My new snagging hook


----------



## Jim (May 28, 2009)

What is that used for? We used to use big hooks like that to lift Stripers off the piers.


----------



## sparkbr (May 28, 2009)

That's about as good a guess as I've come up with. The company I use for my netting supplies (memphis net) had it listed. I think it said it was a 24/0. I had to get it just to see. lol. I think if I tried snagging with it, I'd need to drag it behund the boat. my luck, I'd hook a tree or something and rip my transom off. lol.


----------



## Loggerhead Mike (May 28, 2009)

thats pretty cool. make for good decoration if you cant find anything to use it for


----------



## Brine (May 28, 2009)

We use those in one of the lakes down here on a carolina rig with a cinder block as a weight and a beef brisket as bait for big flatheads..... :---)


----------



## Nickk (May 28, 2009)

:shock: 

you should get another one and then take a log and make a giant crankbait....start whiddlin'!


----------



## Andy (May 28, 2009)

Is that a snag hook or a grappling hook for when you're practicing your ninja skills...??

:lol:


----------



## mr.fish (May 29, 2009)

I need one of them to catch and remove all the scum that has taken over my brothers pond this year. #-o


----------



## Andy (May 30, 2009)

mr.fish said:


> I need one of them to catch and remove all the scum that has taken over my brothers pond this year. #-o



You can use an old minnow sein. Tie on some longer strings and skim the scum out. That is if it's the floating kind of scum, and the pond isn't real big.


----------



## stinkynathan (May 31, 2009)

I've never done this (except accidentally), but people around here on the Missouri get special tags to snag paddle fish. I assume they use a pretty big treble, but I'm not sure if it would be that big.

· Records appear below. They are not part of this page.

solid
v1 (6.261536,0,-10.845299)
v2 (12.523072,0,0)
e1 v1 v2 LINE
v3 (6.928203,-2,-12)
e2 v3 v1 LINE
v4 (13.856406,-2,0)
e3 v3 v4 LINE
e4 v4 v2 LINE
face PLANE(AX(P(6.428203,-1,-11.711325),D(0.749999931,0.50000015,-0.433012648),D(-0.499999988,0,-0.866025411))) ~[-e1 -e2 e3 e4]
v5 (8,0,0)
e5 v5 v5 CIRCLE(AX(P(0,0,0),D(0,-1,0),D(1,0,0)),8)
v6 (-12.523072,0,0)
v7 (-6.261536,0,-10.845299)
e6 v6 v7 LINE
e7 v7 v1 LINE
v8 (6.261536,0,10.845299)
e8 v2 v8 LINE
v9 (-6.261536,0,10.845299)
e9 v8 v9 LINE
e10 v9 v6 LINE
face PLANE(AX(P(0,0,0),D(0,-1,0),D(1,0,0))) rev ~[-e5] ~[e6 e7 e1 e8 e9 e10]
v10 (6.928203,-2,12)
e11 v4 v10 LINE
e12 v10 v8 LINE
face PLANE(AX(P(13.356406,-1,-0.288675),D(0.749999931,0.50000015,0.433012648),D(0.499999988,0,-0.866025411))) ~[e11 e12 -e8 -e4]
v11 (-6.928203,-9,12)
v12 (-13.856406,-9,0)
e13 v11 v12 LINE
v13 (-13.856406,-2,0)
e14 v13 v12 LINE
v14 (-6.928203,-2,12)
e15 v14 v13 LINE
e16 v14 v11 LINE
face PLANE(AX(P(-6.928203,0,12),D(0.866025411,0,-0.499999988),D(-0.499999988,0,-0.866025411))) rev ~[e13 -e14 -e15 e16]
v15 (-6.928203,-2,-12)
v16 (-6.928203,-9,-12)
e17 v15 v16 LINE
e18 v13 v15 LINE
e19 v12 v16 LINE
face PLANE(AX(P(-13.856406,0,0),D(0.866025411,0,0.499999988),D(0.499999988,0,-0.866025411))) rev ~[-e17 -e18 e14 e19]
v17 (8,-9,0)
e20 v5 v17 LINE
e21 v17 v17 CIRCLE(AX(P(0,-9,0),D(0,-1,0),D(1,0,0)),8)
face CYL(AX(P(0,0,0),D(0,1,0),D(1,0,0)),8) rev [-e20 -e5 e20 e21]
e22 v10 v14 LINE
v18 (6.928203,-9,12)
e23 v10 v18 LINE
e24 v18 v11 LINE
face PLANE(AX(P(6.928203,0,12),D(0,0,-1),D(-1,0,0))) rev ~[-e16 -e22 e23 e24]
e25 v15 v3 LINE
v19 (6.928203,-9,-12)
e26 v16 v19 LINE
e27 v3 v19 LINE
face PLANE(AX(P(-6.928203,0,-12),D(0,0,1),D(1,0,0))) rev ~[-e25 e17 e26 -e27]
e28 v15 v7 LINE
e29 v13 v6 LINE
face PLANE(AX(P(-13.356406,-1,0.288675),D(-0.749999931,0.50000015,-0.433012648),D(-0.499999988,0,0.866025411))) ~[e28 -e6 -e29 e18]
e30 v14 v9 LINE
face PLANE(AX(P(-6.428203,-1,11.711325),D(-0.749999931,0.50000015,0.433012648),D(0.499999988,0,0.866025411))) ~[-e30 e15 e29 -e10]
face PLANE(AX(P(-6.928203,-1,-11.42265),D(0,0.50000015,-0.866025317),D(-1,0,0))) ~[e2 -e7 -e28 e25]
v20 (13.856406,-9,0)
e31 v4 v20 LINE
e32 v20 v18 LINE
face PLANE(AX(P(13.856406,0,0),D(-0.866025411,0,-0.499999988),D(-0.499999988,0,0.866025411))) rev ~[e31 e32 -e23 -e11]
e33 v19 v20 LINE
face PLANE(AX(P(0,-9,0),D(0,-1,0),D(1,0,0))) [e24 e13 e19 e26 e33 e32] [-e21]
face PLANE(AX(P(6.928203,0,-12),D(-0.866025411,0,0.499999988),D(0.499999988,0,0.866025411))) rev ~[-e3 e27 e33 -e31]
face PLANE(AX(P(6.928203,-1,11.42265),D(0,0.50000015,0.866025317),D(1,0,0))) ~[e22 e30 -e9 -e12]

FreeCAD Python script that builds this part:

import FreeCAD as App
import Part
import Sketcher
from FreeCAD import Vector
Q = App.Units.Quantity


def edges_at(feature, points):
    """Names of the edges that pass closest to the given points."""
    edges = feature.Shape.Edges
    near = lambda p: min(range(len(edges)), key=lambda i: edges[i].distToShape(Part.Vertex(*p))[0])
    return sorted({f"Edge{near(p) + 1}" for p in points})


def add_polygon(sketch, points):
    """Adds a closed chain of lines whose ends are joined by coincident constraints."""
    first, n = sketch.GeometryCount, len(points)
    for a, b in zip(points, points[1:] + points[:1]):
        sketch.addGeometry(Part.LineSegment(App.Vector(*a, 0), App.Vector(*b, 0)), False)
    for i in range(n):
        sketch.addConstraint(Sketcher.Constraint("Coincident", first + i, 2, first + (i + 1) % n, 1))

doc = App.newDocument("Part")
body = doc.addObject("PartDesign::Body", "Body")

sketch1 = doc.addObject("Sketcher::SketchObject", "Sketch")
body.addObject(sketch1)
sketch1.AttachmentSupport = (doc.XZ_Plane, [""])
sketch1.MapMode = "FlatFace"
add_polygon(sketch1, [(7, 12), (-7, 12), (-14, 0), (-7, -12), (7, -12), (14, 0)])
sketch1.addGeometry(Part.Circle(Vector(0, 0, 0), Vector(0, 0, 1), 8), False)
sketch1.addConstraint([
    Sketcher.Constraint("Horizontal", 0),
    Sketcher.Constraint("Horizontal", 3),
    Sketcher.Constraint("Coincident", 6, 3, -1, 1),
    Sketcher.Constraint("Symmetric", 0, 2, 3, 2, -1, 1),
    Sketcher.Constraint("Symmetric", 1, 2, 4, 2, -1, 1),
    Sketcher.Constraint("PointOnObject", 1, 2, -1),
    Sketcher.Constraint("Parallel", 2, 5),
    Sketcher.Constraint("Vertical", 0, 2, 2, 2),
    Sketcher.Constraint("Diameter", 6, Q("16 mm")),
    Sketcher.Constraint("Angle", 1, Q("-119.999999 deg")),
    Sketcher.Constraint("DistanceY", -1, 1, 0, 2, Q("12 mm")),
    Sketcher.Constraint("DistanceX", 0, 2, 0, 1, Q("13.856406 mm")),
])
pad1 = doc.addObject("PartDesign::Pad", "Pad")
body.addObject(pad1)
pad1.Profile = sketch1
pad1.Length = 9
doc.recompute()

chamfer = doc.addObject("PartDesign::Chamfer", "Chamfer")
body.addObject(chamfer)
chamfer.Base = (pad1, edges_at(pad1, [
    (-10.392, 0, 6),
    (-10.392, 0, -6),
    (0, 0, 12),
    (10.392, 0, 6),
    (10.392, 0, -6),
    (0, 0, -12),
]))
chamfer.ChamferType = "Two distances"
chamfer.Size = 2
chamfer.Size2 = 1.154701

doc.recompute()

I actually snagged one on my first drop-shot rig cast a month or so ago. Well, I snagged a clump of braided line that was snagged on the paddle. That thing pulled my boat around for 15 minutes before it was tired out enough that I could hand-pull the braid line in to cut him free. Probably would have been five feet long if I could have measured it.

The joys of fishing on the big water..... :roll:


----------



## Zum (May 31, 2009)

Thats great that you got that braid out the water and off that beast.


----------



## Popeye (Jun 10, 2009)

Argh, That be for catchin' whales matey. Don' be lettin the Cap'n borrow it or ye won' be gettin' 'er back any time soon.


----------